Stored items
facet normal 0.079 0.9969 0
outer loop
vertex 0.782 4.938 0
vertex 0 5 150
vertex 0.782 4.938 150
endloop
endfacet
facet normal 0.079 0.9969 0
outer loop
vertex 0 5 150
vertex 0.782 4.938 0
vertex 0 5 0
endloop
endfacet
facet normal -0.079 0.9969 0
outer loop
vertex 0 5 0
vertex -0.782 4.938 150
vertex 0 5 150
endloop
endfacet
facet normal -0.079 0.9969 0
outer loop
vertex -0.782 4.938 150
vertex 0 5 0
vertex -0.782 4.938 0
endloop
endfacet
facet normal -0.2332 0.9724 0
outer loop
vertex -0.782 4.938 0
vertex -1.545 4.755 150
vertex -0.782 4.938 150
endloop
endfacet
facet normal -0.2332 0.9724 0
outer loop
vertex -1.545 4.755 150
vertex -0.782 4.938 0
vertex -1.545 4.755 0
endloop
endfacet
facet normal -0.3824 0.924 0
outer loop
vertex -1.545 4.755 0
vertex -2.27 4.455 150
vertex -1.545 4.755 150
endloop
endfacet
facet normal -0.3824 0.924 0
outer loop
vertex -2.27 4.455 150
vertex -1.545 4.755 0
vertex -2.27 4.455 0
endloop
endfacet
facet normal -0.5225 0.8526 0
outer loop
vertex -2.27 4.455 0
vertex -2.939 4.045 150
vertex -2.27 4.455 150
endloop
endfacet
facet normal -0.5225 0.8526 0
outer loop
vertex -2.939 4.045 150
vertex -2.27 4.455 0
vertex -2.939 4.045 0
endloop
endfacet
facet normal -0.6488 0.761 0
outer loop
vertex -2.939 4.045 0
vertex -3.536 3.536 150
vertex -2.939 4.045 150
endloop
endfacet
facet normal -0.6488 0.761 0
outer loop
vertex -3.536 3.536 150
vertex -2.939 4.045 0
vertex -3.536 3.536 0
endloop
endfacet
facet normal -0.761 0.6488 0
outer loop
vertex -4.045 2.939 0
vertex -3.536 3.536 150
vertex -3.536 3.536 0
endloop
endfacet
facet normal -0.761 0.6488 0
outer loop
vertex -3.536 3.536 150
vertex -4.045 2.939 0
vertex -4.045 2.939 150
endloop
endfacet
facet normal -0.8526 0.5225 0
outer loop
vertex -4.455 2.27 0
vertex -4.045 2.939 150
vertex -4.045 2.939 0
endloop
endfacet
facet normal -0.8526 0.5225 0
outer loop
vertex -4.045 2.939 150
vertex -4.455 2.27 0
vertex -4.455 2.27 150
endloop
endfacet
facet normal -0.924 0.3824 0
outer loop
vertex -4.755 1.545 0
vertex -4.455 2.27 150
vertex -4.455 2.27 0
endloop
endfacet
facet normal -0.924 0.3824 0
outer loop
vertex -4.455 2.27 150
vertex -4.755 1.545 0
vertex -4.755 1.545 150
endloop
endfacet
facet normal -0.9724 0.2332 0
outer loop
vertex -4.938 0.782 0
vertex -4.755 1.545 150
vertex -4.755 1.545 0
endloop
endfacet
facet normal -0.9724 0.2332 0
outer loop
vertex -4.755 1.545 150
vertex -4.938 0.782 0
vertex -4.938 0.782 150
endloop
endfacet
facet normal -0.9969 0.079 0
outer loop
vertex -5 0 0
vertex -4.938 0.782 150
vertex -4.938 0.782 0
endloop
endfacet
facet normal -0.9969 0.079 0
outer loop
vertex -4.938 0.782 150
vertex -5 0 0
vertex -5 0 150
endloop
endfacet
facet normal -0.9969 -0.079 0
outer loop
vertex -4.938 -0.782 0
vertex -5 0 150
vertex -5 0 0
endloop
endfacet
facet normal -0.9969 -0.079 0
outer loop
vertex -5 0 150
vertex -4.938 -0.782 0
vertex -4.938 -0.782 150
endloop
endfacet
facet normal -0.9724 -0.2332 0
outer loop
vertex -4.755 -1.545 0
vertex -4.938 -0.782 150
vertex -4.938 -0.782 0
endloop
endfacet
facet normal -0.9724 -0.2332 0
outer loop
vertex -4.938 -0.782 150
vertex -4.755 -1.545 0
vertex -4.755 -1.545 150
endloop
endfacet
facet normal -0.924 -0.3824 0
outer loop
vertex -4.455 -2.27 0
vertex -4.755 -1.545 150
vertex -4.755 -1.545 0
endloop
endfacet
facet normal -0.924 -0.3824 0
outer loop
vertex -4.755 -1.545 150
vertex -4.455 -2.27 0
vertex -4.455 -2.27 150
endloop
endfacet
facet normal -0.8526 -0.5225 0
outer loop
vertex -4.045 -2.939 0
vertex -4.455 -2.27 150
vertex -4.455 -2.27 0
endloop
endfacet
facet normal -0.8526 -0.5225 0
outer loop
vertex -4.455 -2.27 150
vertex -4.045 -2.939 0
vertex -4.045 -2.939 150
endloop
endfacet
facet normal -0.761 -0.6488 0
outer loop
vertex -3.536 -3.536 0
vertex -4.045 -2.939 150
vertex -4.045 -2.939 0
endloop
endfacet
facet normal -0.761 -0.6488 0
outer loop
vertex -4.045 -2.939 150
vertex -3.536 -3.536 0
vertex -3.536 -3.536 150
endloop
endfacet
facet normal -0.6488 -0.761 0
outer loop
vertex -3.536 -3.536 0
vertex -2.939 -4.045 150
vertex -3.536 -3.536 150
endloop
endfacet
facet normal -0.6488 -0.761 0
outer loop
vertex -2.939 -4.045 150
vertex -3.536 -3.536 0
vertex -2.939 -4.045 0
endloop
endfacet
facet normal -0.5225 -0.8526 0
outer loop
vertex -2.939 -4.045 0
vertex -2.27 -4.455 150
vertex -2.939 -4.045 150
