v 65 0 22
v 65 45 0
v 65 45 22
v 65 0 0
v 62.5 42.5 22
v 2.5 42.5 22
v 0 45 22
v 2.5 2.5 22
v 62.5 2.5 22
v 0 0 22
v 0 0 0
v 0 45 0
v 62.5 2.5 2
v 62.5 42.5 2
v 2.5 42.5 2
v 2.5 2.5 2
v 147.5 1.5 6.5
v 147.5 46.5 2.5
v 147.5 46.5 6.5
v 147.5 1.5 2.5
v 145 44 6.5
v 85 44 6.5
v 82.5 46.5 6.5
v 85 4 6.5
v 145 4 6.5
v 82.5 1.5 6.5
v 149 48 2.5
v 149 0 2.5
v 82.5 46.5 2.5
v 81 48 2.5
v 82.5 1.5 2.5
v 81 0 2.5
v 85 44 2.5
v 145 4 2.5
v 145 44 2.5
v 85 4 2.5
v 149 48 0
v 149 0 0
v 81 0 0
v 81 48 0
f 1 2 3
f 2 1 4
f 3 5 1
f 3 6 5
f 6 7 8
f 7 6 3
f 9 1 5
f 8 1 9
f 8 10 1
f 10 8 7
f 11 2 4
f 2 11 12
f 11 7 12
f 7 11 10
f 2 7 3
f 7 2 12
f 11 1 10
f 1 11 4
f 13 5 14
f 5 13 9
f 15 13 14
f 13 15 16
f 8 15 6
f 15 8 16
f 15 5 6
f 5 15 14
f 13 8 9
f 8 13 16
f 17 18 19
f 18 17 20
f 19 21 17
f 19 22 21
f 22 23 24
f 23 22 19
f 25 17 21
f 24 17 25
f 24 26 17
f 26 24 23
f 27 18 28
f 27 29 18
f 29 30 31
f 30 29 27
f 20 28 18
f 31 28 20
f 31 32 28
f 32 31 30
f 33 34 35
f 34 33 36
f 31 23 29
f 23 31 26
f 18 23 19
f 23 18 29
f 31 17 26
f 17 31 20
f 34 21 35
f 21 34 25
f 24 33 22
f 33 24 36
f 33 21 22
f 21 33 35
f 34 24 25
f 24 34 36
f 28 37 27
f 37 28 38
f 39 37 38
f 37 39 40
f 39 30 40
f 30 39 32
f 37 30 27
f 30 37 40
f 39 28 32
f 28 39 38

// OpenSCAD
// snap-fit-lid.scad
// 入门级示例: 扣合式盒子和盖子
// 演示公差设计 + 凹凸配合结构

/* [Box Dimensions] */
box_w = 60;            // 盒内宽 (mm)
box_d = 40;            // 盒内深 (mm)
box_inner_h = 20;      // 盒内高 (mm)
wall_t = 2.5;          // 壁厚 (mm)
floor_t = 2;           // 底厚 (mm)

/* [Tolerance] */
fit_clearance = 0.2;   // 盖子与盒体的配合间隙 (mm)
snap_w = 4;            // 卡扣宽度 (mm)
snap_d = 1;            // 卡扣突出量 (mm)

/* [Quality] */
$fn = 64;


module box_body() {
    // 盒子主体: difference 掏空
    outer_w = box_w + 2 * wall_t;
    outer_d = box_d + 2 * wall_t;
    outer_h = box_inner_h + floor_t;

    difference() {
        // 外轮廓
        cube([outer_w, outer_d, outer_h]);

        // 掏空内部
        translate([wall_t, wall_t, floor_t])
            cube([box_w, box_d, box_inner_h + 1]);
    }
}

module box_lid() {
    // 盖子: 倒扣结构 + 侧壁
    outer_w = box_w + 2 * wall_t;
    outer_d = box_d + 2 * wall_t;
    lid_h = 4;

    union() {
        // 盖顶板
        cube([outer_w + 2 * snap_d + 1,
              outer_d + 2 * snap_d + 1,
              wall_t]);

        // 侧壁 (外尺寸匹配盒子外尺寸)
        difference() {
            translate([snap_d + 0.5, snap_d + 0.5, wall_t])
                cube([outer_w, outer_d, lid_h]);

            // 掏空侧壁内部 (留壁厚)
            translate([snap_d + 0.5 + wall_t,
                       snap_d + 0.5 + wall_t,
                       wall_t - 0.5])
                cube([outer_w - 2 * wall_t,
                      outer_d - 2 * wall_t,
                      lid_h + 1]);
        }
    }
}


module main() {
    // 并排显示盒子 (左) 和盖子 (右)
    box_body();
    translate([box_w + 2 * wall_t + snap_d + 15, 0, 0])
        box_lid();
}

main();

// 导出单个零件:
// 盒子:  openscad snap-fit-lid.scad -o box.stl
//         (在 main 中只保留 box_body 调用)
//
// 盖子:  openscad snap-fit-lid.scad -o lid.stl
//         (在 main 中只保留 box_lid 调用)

---

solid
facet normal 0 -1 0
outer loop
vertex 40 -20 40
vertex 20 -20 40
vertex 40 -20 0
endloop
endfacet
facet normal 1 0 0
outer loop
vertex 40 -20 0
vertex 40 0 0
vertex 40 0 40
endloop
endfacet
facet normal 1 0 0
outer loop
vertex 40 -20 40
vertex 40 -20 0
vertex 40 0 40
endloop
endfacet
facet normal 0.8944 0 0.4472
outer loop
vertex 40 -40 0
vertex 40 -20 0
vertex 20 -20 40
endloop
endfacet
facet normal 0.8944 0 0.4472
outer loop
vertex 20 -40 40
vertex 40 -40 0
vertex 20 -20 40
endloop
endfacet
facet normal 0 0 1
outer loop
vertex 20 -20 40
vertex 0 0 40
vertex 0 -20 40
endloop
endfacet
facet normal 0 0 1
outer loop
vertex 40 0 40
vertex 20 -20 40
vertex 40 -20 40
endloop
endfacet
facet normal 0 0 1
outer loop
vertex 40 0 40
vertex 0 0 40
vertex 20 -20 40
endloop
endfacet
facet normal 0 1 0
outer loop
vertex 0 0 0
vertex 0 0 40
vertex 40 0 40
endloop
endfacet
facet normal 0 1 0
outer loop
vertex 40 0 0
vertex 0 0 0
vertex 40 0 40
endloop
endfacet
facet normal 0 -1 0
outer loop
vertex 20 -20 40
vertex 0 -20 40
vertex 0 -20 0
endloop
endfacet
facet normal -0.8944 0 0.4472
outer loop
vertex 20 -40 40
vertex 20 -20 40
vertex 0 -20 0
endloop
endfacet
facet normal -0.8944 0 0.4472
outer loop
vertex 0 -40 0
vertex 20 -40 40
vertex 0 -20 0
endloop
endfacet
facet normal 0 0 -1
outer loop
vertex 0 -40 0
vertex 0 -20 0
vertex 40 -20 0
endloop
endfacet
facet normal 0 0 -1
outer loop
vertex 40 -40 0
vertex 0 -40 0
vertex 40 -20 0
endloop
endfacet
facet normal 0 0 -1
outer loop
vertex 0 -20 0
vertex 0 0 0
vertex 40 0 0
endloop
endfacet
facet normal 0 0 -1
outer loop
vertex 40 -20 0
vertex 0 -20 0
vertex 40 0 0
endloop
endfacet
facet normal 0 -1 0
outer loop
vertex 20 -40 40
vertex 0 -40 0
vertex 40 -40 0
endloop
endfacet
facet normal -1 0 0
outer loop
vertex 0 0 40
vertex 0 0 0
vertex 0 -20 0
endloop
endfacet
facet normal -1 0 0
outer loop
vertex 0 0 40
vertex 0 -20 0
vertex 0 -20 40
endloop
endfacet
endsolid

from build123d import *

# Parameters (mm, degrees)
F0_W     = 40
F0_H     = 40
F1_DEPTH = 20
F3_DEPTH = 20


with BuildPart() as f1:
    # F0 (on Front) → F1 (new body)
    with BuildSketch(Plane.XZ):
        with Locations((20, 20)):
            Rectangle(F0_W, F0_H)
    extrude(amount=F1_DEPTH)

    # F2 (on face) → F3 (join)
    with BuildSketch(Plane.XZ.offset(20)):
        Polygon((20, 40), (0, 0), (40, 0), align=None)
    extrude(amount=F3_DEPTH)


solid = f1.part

**Directions for this task:** Retype exactly the lines of the data above that fall between the line with "v 2.5 42.5 22" and the line with "v 149 0 2.5", inclusive, and add nothing.

**Result of this exercise:**
v 2.5 42.5 22
v 0 45 22
v 2.5 2.5 22
v 62.5 2.5 22
v 0 0 22
v 0 0 0
v 0 45 0
v 62.5 2.5 2
v 62.5 42.5 2
v 2.5 42.5 2
v 2.5 2.5 2
v 147.5 1.5 6.5
v 147.5 46.5 2.5
v 147.5 46.5 6.5
v 147.5 1.5 2.5
v 145 44 6.5
v 85 44 6.5
v 82.5 46.5 6.5
v 85 4 6.5
v 145 4 6.5
v 82.5 1.5 6.5
v 149 48 2.5
v 149 0 2.5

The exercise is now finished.